--- SOURCE DATA ---

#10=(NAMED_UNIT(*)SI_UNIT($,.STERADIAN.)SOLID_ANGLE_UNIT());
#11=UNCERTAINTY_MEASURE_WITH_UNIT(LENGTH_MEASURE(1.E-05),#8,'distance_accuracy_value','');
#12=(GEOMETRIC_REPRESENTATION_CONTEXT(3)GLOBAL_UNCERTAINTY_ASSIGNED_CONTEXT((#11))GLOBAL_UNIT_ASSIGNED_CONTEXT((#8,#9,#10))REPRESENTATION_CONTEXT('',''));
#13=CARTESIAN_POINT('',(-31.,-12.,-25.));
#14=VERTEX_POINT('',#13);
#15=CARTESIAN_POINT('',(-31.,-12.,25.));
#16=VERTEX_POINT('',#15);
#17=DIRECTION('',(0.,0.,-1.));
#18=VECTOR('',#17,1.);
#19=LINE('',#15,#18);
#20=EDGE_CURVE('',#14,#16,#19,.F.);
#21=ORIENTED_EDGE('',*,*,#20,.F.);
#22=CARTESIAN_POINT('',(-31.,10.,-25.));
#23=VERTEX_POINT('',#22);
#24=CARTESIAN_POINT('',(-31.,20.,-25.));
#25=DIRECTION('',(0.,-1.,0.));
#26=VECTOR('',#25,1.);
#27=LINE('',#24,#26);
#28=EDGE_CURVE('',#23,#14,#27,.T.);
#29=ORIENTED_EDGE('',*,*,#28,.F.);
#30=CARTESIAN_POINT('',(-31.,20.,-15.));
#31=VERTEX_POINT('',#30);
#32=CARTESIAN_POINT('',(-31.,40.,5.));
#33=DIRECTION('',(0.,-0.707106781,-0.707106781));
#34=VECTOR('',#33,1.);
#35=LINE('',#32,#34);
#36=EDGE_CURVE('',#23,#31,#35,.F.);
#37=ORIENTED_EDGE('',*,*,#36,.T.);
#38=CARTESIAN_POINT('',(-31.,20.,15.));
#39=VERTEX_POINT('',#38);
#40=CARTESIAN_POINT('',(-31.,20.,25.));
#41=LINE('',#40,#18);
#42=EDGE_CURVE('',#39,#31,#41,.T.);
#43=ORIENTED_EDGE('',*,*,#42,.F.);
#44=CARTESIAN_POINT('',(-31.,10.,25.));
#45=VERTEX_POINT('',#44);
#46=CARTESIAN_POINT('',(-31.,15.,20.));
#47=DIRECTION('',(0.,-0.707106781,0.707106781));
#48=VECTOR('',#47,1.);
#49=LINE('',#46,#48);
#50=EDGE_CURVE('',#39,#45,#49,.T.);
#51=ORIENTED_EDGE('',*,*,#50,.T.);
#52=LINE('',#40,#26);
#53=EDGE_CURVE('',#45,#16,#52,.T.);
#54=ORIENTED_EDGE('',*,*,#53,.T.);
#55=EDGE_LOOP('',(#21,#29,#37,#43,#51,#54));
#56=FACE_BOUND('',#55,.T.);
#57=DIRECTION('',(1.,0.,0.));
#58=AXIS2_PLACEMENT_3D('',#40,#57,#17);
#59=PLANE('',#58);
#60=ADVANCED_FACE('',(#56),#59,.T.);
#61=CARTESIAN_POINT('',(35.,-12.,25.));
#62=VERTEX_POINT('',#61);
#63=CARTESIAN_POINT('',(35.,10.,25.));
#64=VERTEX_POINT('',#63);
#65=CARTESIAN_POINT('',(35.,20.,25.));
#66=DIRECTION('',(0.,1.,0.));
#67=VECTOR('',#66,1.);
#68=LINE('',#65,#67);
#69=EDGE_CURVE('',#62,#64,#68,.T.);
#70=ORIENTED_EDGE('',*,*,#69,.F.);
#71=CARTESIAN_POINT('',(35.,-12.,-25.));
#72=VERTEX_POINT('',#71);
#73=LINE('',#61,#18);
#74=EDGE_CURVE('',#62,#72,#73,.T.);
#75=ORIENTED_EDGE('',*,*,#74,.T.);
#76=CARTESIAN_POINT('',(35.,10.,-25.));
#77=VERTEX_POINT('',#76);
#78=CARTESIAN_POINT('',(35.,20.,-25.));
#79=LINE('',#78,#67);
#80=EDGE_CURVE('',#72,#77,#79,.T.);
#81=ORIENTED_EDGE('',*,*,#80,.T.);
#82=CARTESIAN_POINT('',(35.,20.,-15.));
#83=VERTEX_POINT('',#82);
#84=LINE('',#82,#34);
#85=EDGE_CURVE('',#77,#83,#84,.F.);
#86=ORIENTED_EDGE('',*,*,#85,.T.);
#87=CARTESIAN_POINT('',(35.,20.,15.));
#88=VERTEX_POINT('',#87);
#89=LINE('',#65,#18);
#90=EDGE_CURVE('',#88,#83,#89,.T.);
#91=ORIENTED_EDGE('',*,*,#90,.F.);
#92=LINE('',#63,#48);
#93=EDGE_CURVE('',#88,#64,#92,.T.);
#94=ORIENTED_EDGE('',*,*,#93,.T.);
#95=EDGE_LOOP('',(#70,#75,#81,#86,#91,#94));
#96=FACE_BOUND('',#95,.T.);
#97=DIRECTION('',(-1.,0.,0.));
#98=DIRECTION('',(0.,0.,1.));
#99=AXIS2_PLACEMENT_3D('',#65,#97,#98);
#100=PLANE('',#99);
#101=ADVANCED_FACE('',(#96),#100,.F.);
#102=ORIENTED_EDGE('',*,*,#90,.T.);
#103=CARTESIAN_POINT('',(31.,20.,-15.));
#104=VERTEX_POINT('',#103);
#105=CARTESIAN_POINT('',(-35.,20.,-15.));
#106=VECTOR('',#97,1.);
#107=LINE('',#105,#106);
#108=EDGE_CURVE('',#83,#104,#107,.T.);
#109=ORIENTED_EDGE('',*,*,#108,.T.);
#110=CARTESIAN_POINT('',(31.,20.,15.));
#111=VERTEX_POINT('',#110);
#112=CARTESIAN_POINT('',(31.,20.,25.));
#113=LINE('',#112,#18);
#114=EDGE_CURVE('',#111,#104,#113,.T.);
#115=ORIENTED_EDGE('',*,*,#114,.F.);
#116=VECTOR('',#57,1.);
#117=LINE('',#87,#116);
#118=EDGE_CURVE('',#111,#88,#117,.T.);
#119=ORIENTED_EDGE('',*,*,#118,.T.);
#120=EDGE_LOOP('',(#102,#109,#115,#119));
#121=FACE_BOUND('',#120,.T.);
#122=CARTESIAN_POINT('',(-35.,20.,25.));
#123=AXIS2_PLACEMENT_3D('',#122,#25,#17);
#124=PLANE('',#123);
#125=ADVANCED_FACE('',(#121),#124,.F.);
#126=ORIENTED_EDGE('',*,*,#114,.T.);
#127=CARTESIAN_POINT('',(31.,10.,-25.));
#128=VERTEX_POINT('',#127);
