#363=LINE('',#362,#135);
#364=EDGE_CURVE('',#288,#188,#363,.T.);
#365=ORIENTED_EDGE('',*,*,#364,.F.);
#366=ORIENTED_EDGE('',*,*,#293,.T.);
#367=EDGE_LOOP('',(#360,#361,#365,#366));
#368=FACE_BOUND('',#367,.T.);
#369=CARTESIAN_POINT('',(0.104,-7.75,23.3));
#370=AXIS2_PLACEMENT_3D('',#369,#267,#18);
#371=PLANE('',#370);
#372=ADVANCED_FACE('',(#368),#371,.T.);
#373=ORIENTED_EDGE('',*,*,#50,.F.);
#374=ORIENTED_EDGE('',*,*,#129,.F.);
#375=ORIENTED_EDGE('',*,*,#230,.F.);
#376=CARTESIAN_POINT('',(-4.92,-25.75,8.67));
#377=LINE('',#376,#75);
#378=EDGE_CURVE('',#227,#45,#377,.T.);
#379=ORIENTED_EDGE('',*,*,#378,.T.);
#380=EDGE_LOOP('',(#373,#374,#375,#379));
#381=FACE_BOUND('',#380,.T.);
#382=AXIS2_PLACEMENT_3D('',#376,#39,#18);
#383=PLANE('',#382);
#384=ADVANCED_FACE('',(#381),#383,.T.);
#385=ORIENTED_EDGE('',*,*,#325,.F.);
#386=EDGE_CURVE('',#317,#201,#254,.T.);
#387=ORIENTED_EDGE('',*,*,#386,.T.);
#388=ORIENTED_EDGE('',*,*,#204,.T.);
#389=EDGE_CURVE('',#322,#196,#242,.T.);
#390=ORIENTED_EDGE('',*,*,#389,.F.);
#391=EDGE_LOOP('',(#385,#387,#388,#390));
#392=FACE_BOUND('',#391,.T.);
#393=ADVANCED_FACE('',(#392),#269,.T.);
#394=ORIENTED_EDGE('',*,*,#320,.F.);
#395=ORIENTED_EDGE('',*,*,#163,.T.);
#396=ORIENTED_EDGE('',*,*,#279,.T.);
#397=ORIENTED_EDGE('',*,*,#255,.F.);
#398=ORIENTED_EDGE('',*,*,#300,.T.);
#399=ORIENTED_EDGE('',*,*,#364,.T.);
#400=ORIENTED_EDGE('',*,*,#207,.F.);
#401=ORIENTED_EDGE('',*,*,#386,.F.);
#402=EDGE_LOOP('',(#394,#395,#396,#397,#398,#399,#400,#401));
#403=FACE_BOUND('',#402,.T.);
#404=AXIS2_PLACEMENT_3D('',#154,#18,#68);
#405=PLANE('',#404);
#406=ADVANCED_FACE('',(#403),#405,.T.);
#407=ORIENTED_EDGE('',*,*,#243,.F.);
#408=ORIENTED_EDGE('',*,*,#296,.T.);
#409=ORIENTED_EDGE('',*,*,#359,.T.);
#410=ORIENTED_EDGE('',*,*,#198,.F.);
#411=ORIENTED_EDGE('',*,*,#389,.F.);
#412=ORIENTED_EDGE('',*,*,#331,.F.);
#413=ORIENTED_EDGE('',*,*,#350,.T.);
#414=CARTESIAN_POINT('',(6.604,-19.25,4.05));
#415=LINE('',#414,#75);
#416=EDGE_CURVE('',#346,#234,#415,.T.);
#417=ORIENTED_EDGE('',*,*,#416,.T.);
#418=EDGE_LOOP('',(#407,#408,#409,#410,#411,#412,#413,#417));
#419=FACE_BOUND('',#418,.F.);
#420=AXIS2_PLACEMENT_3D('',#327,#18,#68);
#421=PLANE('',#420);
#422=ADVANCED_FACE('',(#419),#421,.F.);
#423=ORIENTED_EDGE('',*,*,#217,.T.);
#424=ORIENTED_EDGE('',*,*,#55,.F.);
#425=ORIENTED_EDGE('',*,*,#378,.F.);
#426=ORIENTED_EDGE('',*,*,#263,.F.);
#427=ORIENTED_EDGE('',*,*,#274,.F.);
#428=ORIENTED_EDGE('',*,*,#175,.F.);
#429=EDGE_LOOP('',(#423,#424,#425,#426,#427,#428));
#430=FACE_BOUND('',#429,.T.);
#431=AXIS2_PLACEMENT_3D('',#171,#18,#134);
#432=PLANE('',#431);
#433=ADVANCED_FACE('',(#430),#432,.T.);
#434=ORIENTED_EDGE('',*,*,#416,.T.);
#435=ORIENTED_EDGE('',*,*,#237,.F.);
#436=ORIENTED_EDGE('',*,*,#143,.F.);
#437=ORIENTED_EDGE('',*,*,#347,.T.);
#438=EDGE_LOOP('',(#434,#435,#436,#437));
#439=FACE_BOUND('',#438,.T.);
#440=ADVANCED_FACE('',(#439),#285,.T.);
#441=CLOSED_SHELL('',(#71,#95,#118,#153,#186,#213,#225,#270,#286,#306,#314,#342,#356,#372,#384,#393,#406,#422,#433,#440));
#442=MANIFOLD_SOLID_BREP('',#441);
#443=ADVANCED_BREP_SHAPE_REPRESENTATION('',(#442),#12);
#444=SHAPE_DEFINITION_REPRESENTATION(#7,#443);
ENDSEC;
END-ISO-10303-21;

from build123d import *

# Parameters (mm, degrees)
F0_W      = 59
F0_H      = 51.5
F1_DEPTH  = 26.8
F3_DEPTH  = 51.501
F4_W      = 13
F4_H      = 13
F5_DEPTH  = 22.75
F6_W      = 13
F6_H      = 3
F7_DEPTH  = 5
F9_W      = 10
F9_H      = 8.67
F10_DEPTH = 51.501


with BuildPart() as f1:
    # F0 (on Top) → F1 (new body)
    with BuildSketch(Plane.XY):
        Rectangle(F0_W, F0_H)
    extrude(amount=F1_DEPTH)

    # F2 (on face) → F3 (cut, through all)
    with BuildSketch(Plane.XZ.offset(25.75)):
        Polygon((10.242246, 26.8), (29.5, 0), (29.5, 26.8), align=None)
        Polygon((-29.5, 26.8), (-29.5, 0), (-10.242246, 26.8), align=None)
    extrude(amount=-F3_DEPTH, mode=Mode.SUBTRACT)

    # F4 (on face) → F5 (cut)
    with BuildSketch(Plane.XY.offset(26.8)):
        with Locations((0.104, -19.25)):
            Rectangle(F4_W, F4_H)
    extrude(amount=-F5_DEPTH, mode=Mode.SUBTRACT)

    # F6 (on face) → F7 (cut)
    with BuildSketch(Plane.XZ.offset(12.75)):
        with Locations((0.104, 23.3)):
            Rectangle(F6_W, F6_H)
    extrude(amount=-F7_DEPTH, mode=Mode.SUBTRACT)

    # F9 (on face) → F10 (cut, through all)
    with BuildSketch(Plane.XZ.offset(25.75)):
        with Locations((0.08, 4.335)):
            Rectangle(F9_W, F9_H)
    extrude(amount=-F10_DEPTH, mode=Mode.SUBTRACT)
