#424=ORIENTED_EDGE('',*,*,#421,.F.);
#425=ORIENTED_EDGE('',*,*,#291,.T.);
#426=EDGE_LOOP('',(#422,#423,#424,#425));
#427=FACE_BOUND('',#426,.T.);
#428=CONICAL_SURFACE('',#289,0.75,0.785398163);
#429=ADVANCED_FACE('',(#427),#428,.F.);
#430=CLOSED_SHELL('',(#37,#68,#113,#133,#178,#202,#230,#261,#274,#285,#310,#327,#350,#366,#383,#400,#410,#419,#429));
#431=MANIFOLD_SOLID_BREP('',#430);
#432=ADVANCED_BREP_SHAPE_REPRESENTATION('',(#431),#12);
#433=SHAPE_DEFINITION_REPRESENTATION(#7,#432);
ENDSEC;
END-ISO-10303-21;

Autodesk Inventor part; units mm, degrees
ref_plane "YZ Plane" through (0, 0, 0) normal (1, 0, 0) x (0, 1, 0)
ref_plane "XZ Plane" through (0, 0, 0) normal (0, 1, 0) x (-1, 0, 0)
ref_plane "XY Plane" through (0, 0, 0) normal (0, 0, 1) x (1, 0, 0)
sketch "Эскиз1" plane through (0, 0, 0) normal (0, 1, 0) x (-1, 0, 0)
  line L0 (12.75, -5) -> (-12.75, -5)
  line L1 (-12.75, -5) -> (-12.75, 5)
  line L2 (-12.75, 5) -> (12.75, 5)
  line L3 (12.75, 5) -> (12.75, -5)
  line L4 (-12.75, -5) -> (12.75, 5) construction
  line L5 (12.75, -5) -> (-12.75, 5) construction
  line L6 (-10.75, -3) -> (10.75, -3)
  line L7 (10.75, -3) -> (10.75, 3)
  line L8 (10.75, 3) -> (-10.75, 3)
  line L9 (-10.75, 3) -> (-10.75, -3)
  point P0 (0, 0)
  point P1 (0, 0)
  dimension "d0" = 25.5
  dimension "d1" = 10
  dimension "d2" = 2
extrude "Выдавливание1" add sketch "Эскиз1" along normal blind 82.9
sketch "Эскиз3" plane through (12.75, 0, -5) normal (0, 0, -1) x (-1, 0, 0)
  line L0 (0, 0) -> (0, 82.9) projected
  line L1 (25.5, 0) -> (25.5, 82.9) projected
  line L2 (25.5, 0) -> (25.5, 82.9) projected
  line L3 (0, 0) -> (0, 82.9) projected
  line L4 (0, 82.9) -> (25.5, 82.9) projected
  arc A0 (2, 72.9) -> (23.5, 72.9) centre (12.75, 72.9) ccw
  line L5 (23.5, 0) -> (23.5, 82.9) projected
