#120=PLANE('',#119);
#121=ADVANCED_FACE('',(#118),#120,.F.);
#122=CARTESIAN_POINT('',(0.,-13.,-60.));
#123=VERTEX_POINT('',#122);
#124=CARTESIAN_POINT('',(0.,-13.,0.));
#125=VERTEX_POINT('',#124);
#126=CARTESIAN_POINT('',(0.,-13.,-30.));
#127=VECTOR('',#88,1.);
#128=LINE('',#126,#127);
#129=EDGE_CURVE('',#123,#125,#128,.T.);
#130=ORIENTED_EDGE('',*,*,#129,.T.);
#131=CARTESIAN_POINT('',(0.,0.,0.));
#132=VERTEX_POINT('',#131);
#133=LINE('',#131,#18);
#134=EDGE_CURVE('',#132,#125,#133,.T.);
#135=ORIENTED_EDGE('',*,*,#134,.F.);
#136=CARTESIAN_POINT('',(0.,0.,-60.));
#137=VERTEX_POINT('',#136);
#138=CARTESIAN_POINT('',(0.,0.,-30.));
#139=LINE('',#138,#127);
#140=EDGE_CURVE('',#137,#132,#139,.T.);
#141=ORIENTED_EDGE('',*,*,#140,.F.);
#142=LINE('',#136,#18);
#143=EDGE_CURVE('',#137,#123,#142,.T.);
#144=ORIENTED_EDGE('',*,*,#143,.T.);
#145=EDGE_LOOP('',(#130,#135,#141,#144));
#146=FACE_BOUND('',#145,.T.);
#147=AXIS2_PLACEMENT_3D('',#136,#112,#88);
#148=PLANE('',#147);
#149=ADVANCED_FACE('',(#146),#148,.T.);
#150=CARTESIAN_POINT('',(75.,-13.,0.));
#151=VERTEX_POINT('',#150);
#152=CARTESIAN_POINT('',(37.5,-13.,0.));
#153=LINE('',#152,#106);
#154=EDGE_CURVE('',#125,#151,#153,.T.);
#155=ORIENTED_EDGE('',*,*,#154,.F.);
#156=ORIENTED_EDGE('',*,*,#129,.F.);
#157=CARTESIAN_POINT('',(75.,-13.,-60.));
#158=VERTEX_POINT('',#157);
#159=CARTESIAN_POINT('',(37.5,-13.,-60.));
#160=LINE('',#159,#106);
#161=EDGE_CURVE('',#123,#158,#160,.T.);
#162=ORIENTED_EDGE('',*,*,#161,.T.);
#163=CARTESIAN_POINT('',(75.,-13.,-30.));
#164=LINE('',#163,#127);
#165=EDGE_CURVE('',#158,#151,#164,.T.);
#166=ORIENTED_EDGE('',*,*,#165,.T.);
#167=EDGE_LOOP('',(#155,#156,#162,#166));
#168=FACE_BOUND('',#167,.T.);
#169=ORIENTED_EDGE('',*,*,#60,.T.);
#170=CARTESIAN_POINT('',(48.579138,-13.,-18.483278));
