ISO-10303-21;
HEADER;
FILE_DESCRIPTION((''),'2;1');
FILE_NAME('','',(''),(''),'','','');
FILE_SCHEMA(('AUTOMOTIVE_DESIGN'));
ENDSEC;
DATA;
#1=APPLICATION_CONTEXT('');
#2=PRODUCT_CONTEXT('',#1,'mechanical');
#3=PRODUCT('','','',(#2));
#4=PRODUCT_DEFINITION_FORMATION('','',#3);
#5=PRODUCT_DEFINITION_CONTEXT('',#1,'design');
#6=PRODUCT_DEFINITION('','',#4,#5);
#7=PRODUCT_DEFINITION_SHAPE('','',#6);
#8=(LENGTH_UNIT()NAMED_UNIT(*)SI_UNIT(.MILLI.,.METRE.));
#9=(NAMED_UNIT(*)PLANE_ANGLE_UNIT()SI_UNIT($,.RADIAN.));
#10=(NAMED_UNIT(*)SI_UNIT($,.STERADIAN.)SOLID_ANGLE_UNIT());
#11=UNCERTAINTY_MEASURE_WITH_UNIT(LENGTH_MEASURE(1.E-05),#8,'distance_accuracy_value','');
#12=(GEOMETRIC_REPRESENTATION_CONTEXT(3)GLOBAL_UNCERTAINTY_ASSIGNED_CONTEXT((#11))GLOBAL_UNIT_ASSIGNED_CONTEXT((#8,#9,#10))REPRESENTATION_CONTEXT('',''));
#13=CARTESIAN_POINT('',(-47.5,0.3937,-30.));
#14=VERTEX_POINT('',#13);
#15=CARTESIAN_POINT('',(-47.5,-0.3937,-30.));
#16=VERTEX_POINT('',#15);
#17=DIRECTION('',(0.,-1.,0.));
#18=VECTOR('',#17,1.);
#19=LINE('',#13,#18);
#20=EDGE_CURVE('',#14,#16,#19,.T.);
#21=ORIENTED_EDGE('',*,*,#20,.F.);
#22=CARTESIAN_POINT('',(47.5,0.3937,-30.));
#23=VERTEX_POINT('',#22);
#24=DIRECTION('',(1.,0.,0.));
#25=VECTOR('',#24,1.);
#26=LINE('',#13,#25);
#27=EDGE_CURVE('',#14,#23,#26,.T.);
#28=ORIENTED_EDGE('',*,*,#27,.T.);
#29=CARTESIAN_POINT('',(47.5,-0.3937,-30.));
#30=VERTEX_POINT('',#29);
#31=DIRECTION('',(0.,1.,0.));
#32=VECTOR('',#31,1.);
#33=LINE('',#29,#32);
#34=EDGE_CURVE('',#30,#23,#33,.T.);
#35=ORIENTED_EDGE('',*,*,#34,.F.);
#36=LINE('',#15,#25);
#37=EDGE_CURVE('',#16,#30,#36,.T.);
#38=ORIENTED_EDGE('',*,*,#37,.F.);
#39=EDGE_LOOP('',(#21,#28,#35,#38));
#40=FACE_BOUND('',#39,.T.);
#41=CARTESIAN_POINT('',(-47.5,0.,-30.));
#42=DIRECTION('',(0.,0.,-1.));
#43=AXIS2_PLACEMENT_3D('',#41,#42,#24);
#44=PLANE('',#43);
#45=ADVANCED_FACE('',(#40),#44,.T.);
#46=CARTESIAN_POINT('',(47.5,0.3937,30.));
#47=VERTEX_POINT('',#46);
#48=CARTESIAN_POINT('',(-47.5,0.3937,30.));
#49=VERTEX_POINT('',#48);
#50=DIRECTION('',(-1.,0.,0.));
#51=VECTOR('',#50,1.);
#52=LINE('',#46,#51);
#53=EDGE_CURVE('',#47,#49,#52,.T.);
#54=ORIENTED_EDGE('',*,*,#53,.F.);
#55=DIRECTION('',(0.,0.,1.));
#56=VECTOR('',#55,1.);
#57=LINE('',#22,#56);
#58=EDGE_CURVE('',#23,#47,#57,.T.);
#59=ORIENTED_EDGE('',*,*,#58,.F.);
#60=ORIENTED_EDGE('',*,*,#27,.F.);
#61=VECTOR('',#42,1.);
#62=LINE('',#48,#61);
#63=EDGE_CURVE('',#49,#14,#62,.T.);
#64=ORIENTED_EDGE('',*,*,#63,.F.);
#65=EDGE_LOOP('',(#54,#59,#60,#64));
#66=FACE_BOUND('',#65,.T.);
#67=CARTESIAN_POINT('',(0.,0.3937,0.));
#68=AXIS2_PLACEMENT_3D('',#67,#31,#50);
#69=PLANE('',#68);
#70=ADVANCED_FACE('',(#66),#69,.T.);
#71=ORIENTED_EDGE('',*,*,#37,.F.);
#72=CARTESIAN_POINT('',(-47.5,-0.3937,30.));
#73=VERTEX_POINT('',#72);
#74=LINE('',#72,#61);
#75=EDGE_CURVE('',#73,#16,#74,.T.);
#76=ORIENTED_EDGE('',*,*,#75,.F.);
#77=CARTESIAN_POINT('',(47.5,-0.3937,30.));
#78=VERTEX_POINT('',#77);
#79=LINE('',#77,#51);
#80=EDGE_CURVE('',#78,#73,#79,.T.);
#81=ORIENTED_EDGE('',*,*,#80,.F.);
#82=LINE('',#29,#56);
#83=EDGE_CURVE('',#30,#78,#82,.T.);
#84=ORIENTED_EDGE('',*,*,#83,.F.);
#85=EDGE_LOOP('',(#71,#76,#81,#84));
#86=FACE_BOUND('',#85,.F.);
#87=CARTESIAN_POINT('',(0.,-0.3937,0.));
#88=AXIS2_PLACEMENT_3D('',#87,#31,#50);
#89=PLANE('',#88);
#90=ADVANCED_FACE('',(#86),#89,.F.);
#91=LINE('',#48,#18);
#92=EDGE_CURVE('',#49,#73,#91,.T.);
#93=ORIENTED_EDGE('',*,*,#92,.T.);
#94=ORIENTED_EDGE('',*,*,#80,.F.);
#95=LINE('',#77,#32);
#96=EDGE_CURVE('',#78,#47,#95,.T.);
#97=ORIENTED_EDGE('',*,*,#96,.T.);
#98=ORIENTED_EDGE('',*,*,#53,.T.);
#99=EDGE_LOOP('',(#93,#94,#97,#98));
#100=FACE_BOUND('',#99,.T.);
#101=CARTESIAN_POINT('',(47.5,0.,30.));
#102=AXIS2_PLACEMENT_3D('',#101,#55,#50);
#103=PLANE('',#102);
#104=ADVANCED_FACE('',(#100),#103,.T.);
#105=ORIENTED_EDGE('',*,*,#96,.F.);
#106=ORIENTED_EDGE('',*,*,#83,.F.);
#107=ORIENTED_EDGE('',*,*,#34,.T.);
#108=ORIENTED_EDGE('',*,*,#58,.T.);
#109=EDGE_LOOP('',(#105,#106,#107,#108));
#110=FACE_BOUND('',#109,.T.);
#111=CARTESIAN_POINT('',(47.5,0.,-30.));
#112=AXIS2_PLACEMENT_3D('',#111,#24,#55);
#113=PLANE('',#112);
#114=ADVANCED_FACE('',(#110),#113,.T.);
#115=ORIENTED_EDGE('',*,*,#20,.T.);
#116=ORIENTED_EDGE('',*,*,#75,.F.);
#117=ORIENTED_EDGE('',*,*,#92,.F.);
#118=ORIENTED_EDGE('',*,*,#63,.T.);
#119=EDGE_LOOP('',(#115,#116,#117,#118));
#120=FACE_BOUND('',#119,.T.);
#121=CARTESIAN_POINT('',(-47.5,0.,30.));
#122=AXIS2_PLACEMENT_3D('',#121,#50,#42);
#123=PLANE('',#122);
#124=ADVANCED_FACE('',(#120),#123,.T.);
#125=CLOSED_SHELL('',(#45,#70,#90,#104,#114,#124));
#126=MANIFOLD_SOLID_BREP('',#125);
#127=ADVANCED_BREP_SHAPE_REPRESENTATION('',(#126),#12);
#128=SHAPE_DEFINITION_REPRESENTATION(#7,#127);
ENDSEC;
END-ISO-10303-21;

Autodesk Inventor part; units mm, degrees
ref_plane "YZ Plane" through (0, 0, 0) normal (1, 0, 0) x (0, 1, 0)
ref_plane "XZ Plane" through (0, 0, 0) normal (0, 1, 0) x (-1, 0, 0)
ref_plane "XY Plane" through (0, 0, 0) normal (0, 0, 1) x (1, 0, 0)
sketch "Sketch1" plane through (0, 0, 0) normal (0, 1, 0) x (-1, 0, 0)
  line L0 (-47.5, 30) -> (47.5, 30)
  line L1 (47.5, 30) -> (47.5, -30)
  line L2 (47.5, -30) -> (-47.5, -30)
  line L3 (-47.5, -30) -> (-47.5, 30)
  line L4 (-47.5, 30) -> (47.5, -30) construction
  line L5 (47.5, 30) -> (-47.5, -30) construction
  point P0 (0, 0)
  dimension "d0" = 95
  dimension "d1" = 60
extrude "Extrusion1" add sketch "Sketch1" along normal mid plane 0.7874
properties part number "95x60mm-PCB"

---

Every line above from the line with "#90=EDGE_CURVE('',#88,#83,#89,.T.);" to the line with "#365=ORIENTED_EDGE('',*,*,#364,.F.);", inclusive, must be returned exactly; no other line belongs in the reply.

* RESULT OF THIS EXERCISE
#90=EDGE_CURVE('',#88,#83,#89,.T.);
#91=ORIENTED_EDGE('',*,*,#90,.F.);
#92=LINE('',#63,#48);
#93=EDGE_CURVE('',#88,#64,#92,.T.);
#94=ORIENTED_EDGE('',*,*,#93,.T.);
#95=EDGE_LOOP('',(#70,#75,#81,#86,#91,#94));
#96=FACE_BOUND('',#95,.T.);
#97=DIRECTION('',(-1.,0.,0.));
#98=DIRECTION('',(0.,0.,1.));
#99=AXIS2_PLACEMENT_3D('',#65,#97,#98);
#100=PLANE('',#99);
#101=ADVANCED_FACE('',(#96),#100,.F.);
#102=ORIENTED_EDGE('',*,*,#90,.T.);
#103=CARTESIAN_POINT('',(31.,20.,-15.));
#104=VERTEX_POINT('',#103);
#105=CARTESIAN_POINT('',(-35.,20.,-15.));
#106=VECTOR('',#97,1.);
#107=LINE('',#105,#106);
#108=EDGE_CURVE('',#83,#104,#107,.T.);
#109=ORIENTED_EDGE('',*,*,#108,.T.);
#110=CARTESIAN_POINT('',(31.,20.,15.));
#111=VERTEX_POINT('',#110);
#112=CARTESIAN_POINT('',(31.,20.,25.));
#113=LINE('',#112,#18);
#114=EDGE_CURVE('',#111,#104,#113,.T.);
#115=ORIENTED_EDGE('',*,*,#114,.F.);
#116=VECTOR('',#57,1.);
#117=LINE('',#87,#116);
#118=EDGE_CURVE('',#111,#88,#117,.T.);
#119=ORIENTED_EDGE('',*,*,#118,.T.);
#120=EDGE_LOOP('',(#102,#109,#115,#119));
#121=FACE_BOUND('',#120,.T.);
#122=CARTESIAN_POINT('',(-35.,20.,25.));
#123=AXIS2_PLACEMENT_3D('',#122,#25,#17);
#124=PLANE('',#123);
#125=ADVANCED_FACE('',(#121),#124,.F.);
#126=ORIENTED_EDGE('',*,*,#114,.T.);
#127=CARTESIAN_POINT('',(31.,10.,-25.));
#128=VERTEX_POINT('',#127);
#363=LINE('',#362,#135);
#364=EDGE_CURVE('',#288,#188,#363,.T.);
#365=ORIENTED_EDGE('',*,*,#364,.F.);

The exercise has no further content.